[THE PROBLEM]: Every line from the top of the material through the line holding "#13=CARTESIAN_POINT('',(0.,10.,8.55));" should be copied exactly, and only those lines.

TASK MATERIAL Block Start

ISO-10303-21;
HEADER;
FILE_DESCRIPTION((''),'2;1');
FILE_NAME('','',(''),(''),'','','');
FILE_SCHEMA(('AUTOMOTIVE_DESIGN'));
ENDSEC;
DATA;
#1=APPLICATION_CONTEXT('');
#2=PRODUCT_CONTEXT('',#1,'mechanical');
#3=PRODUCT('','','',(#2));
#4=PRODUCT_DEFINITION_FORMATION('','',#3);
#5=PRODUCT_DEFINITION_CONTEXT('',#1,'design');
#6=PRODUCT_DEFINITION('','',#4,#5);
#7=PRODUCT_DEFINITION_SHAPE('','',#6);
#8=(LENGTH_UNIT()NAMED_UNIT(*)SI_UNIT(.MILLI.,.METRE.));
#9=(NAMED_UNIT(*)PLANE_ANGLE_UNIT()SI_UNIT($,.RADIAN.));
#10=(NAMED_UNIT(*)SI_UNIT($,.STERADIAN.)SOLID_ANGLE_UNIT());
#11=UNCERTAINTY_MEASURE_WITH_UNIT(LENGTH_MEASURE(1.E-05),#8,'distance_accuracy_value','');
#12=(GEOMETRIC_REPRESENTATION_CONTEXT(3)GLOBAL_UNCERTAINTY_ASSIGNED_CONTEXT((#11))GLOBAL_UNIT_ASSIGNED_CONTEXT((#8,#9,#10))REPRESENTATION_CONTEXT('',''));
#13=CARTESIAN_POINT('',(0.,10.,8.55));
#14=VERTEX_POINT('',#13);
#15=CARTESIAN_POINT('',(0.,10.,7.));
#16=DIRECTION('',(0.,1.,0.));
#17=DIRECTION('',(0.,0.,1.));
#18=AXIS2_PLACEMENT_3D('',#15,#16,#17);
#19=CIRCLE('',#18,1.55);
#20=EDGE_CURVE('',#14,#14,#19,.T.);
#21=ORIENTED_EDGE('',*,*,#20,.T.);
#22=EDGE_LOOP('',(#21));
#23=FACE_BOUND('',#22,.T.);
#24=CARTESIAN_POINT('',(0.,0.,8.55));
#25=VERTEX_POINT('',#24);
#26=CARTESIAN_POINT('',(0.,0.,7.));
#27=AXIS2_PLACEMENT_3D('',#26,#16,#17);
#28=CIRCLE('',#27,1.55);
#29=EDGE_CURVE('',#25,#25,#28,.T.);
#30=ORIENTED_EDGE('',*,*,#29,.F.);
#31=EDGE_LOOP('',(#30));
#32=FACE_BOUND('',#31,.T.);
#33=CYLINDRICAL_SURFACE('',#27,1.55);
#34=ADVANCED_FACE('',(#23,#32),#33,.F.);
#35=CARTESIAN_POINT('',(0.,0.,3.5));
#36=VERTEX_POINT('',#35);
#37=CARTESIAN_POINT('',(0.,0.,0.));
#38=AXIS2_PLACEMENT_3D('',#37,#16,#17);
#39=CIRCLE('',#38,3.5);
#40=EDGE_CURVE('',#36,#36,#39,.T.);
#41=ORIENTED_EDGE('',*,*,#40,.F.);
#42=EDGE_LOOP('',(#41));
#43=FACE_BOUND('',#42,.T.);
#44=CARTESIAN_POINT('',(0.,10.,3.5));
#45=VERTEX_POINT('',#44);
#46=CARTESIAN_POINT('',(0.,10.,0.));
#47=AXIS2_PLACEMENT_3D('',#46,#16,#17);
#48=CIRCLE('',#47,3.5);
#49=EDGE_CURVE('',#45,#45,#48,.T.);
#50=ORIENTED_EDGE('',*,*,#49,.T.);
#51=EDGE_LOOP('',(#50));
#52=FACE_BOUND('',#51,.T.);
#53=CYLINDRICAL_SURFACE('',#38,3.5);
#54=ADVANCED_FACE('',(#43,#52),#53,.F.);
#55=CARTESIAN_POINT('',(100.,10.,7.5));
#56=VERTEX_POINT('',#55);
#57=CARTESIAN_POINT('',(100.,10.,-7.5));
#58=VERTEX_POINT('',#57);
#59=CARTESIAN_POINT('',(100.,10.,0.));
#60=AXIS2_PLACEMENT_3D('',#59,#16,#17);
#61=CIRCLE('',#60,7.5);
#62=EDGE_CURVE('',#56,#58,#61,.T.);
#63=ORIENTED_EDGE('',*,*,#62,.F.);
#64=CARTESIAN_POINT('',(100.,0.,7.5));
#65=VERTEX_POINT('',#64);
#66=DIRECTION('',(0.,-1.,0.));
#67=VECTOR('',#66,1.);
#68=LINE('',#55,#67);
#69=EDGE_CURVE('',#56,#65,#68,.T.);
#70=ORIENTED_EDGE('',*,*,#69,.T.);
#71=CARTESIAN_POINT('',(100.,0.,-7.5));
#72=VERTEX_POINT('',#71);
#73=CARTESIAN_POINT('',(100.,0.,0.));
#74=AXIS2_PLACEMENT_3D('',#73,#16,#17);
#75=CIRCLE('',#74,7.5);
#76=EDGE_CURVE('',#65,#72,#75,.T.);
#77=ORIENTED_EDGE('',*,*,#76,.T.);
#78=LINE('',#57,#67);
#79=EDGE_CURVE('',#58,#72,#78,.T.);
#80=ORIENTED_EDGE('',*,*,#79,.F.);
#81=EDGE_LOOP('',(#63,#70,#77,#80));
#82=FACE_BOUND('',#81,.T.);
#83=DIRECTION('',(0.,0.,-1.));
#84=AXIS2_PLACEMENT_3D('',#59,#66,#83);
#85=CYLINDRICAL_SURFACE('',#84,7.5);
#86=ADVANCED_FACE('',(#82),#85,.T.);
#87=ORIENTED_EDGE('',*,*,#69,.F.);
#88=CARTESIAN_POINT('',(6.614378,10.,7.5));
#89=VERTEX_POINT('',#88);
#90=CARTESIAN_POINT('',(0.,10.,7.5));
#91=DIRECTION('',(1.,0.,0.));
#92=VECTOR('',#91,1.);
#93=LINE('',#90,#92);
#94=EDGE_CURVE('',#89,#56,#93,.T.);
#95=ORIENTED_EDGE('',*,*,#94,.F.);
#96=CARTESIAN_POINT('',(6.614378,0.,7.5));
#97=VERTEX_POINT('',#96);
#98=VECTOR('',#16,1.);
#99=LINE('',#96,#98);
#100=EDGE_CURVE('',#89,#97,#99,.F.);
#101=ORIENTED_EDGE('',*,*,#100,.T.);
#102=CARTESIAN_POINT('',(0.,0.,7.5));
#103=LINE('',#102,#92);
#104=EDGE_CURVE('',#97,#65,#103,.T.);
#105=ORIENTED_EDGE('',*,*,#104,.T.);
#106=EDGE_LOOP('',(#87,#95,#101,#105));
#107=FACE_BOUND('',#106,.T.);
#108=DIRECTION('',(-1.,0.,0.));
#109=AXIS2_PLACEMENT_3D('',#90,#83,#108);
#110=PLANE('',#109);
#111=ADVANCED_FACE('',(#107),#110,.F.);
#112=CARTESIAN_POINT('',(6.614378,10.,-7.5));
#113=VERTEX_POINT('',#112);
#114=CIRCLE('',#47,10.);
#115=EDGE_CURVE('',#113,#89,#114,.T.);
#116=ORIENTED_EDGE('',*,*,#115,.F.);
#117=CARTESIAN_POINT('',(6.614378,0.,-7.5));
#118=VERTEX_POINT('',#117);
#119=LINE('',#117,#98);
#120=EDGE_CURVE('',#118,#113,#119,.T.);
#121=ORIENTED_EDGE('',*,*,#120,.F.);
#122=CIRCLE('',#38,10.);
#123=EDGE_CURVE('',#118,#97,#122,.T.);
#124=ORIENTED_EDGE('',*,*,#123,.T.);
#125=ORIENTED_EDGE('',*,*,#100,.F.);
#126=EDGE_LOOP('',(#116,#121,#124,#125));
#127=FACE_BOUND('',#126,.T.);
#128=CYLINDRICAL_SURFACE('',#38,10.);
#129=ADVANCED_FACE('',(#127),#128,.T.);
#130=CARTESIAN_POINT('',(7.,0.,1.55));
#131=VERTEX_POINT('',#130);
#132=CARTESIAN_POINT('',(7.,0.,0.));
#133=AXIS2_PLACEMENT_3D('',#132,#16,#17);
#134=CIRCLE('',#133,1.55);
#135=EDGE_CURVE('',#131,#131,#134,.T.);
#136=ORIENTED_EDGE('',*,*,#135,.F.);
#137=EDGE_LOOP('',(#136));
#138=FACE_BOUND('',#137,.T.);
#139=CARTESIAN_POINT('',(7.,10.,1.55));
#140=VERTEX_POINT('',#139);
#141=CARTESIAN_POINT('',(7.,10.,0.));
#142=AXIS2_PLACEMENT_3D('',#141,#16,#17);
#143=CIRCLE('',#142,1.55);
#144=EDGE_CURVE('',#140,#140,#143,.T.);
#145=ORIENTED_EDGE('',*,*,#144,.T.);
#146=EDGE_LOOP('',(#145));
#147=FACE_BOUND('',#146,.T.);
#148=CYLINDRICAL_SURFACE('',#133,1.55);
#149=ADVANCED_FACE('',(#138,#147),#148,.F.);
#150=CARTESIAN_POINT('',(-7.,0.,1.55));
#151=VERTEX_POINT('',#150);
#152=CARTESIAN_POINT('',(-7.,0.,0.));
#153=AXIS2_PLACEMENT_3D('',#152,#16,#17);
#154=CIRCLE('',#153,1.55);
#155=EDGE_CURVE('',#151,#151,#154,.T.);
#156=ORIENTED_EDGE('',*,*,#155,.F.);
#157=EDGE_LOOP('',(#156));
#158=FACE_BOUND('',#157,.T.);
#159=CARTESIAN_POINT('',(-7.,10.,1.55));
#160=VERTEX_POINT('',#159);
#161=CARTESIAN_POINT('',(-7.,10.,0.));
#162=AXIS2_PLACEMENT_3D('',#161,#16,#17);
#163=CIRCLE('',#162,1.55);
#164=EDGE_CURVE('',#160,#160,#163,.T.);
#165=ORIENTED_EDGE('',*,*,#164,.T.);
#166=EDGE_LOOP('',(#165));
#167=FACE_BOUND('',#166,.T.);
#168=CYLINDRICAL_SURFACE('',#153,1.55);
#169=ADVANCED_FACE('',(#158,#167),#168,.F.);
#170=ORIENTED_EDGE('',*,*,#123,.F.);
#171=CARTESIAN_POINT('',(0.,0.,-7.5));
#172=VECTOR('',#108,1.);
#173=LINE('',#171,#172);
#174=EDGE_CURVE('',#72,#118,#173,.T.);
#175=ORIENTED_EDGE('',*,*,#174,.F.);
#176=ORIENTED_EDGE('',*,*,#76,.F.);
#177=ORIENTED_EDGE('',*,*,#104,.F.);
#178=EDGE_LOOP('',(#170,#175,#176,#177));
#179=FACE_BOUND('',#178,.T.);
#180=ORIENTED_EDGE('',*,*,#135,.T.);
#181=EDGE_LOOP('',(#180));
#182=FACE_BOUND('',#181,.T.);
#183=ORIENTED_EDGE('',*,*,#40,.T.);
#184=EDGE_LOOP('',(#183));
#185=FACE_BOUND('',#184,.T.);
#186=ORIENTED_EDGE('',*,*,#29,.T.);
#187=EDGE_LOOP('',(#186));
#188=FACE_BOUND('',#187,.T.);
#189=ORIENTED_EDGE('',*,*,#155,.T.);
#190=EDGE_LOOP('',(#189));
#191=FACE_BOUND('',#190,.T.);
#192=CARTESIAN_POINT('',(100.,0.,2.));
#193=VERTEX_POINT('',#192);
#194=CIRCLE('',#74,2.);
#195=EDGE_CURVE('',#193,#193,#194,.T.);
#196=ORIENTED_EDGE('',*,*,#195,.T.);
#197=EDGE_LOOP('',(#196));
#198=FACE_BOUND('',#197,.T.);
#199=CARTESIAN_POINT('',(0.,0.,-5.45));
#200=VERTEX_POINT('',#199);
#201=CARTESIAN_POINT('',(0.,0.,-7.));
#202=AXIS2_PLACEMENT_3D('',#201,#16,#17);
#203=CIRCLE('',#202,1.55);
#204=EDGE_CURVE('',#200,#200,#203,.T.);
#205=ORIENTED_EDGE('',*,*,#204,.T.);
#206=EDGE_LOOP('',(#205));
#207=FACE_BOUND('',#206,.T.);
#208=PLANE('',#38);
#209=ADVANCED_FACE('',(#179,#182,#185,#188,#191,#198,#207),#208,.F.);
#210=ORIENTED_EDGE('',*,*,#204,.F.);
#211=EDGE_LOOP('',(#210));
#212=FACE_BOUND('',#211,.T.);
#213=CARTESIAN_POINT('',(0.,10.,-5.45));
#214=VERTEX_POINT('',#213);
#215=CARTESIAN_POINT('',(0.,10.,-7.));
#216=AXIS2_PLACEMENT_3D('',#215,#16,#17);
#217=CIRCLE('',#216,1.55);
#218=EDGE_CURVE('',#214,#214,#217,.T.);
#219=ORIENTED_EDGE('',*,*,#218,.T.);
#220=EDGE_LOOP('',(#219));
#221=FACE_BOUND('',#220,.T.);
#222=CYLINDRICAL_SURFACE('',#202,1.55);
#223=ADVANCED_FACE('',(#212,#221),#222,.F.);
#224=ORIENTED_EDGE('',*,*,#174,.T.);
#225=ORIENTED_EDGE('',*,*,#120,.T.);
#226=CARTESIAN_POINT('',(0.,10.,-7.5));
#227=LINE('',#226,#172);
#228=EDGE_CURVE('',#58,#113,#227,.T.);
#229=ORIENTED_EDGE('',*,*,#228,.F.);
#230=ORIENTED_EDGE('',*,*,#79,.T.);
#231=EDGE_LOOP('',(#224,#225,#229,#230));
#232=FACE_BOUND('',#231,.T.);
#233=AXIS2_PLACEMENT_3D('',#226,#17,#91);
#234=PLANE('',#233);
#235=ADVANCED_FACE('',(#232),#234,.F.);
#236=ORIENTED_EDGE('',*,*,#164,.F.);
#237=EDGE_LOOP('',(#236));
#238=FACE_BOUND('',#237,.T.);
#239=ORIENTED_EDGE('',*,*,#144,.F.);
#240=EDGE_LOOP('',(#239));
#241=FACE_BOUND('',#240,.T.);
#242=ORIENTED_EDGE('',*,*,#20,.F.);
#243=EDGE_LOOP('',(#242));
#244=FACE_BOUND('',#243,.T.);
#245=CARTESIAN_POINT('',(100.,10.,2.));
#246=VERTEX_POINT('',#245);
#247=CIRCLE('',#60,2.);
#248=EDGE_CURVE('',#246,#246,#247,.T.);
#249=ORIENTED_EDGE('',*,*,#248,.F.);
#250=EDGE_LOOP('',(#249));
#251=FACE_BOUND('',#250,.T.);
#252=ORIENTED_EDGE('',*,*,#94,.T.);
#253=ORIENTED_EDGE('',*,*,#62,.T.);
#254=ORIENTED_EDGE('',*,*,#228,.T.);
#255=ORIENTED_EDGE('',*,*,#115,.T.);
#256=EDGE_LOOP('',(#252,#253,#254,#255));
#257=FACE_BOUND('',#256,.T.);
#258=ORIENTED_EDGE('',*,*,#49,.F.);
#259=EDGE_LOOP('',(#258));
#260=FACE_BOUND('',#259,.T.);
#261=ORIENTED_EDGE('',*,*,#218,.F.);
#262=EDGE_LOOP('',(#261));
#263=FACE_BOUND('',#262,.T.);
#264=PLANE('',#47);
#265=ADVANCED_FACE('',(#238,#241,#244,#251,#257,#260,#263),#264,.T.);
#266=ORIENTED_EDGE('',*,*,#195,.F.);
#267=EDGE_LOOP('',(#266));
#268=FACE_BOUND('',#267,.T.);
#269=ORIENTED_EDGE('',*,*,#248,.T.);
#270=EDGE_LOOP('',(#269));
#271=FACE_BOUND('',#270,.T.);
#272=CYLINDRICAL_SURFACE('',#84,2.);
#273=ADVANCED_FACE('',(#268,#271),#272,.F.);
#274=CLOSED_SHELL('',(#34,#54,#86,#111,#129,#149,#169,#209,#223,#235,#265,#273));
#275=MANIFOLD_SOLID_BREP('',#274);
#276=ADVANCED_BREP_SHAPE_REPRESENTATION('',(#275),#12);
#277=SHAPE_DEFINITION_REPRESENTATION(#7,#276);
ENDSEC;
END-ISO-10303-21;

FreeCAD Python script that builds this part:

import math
import FreeCAD as App
import Part
import Sketcher

V = App.Vector
Q = App.Units.Quantity

doc = App.newDocument("Part")
params = doc.addObject("Spreadsheet::Sheet", "Params")
for row, (alias, value) in enumerate([
    ("sketch1_diameter", "4 mm"),
    ("sketch1_diameter2", "5 mm"),
    ("sketch1_radius", "7.5 mm"),
    ("sketch1_width", "100 mm"),
    ("pad1_length", "10 mm"),
    ("sketch2_diameter", "3 mm"),
    ("sketch3_diameter", "20 mm"),
    ("pad2_length", "10 mm"),
    ("sketch4_diameter", "7 mm"),
    ("sketch4_diameter2", "3.1 mm"),
    ("pocket2_length", "10 mm"),
], start=1):
    params.set(f"A{row}", alias)
    params.set(f"B{row}", "=" + value)
    params.setAlias(f"B{row}", alias)

body = doc.addObject("PartDesign::Body", "Body")

# Sketch on XZ plane
sketch1 = doc.addObject("Sketcher::SketchObject", "Sketch")
body.addObject(sketch1)
sketch1.AttachmentSupport = (doc.XZ_Plane, [""])
sketch1.MapMode = "FlatFace"
sketch1.addGeometry(Part.LineSegment(V(100, -7.5, 0), V(0, -7.5, 0)), False)
sketch1.addGeometry(Part.ArcOfCircle(Part.Circle(V(0, 0, 0), V(0, 0, 1), 7.5), math.radians(90), math.radians(270)), False)
sketch1.addGeometry(Part.LineSegment(V(0, 7.5, 0), V(100, 7.5, 0)), False)
sketch1.addGeometry(Part.ArcOfCircle(Part.Circle(V(100, 0, 0), V(0, 0, 1), 7.5), math.radians(-90), math.radians(90)), False)
sketch1.addGeometry(Part.Circle(V(100, 0, 0), V(0, 0, 1), 2), False)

TASK MATERIAL Block End

[SOLUTION FOR THIS EXERCISE]:
ISO-10303-21;
HEADER;
FILE_DESCRIPTION((''),'2;1');
FILE_NAME('','',(''),(''),'','','');
FILE_SCHEMA(('AUTOMOTIVE_DESIGN'));
ENDSEC;
DATA;
#1=APPLICATION_CONTEXT('');
#2=PRODUCT_CONTEXT('',#1,'mechanical');
#3=PRODUCT('','','',(#2));
#4=PRODUCT_DEFINITION_FORMATION('','',#3);
#5=PRODUCT_DEFINITION_CONTEXT('',#1,'design');
#6=PRODUCT_DEFINITION('','',#4,#5);
#7=PRODUCT_DEFINITION_SHAPE('','',#6);
#8=(LENGTH_UNIT()NAMED_UNIT(*)SI_UNIT(.MILLI.,.METRE.));
#9=(NAMED_UNIT(*)PLANE_ANGLE_UNIT()SI_UNIT($,.RADIAN.));
#10=(NAMED_UNIT(*)SI_UNIT($,.STERADIAN.)SOLID_ANGLE_UNIT());
#11=UNCERTAINTY_MEASURE_WITH_UNIT(LENGTH_MEASURE(1.E-05),#8,'distance_accuracy_value','');
#12=(GEOMETRIC_REPRESENTATION_CONTEXT(3)GLOBAL_UNCERTAINTY_ASSIGNED_CONTEXT((#11))GLOBAL_UNIT_ASSIGNED_CONTEXT((#8,#9,#10))REPRESENTATION_CONTEXT('',''));
#13=CARTESIAN_POINT('',(0.,10.,8.55));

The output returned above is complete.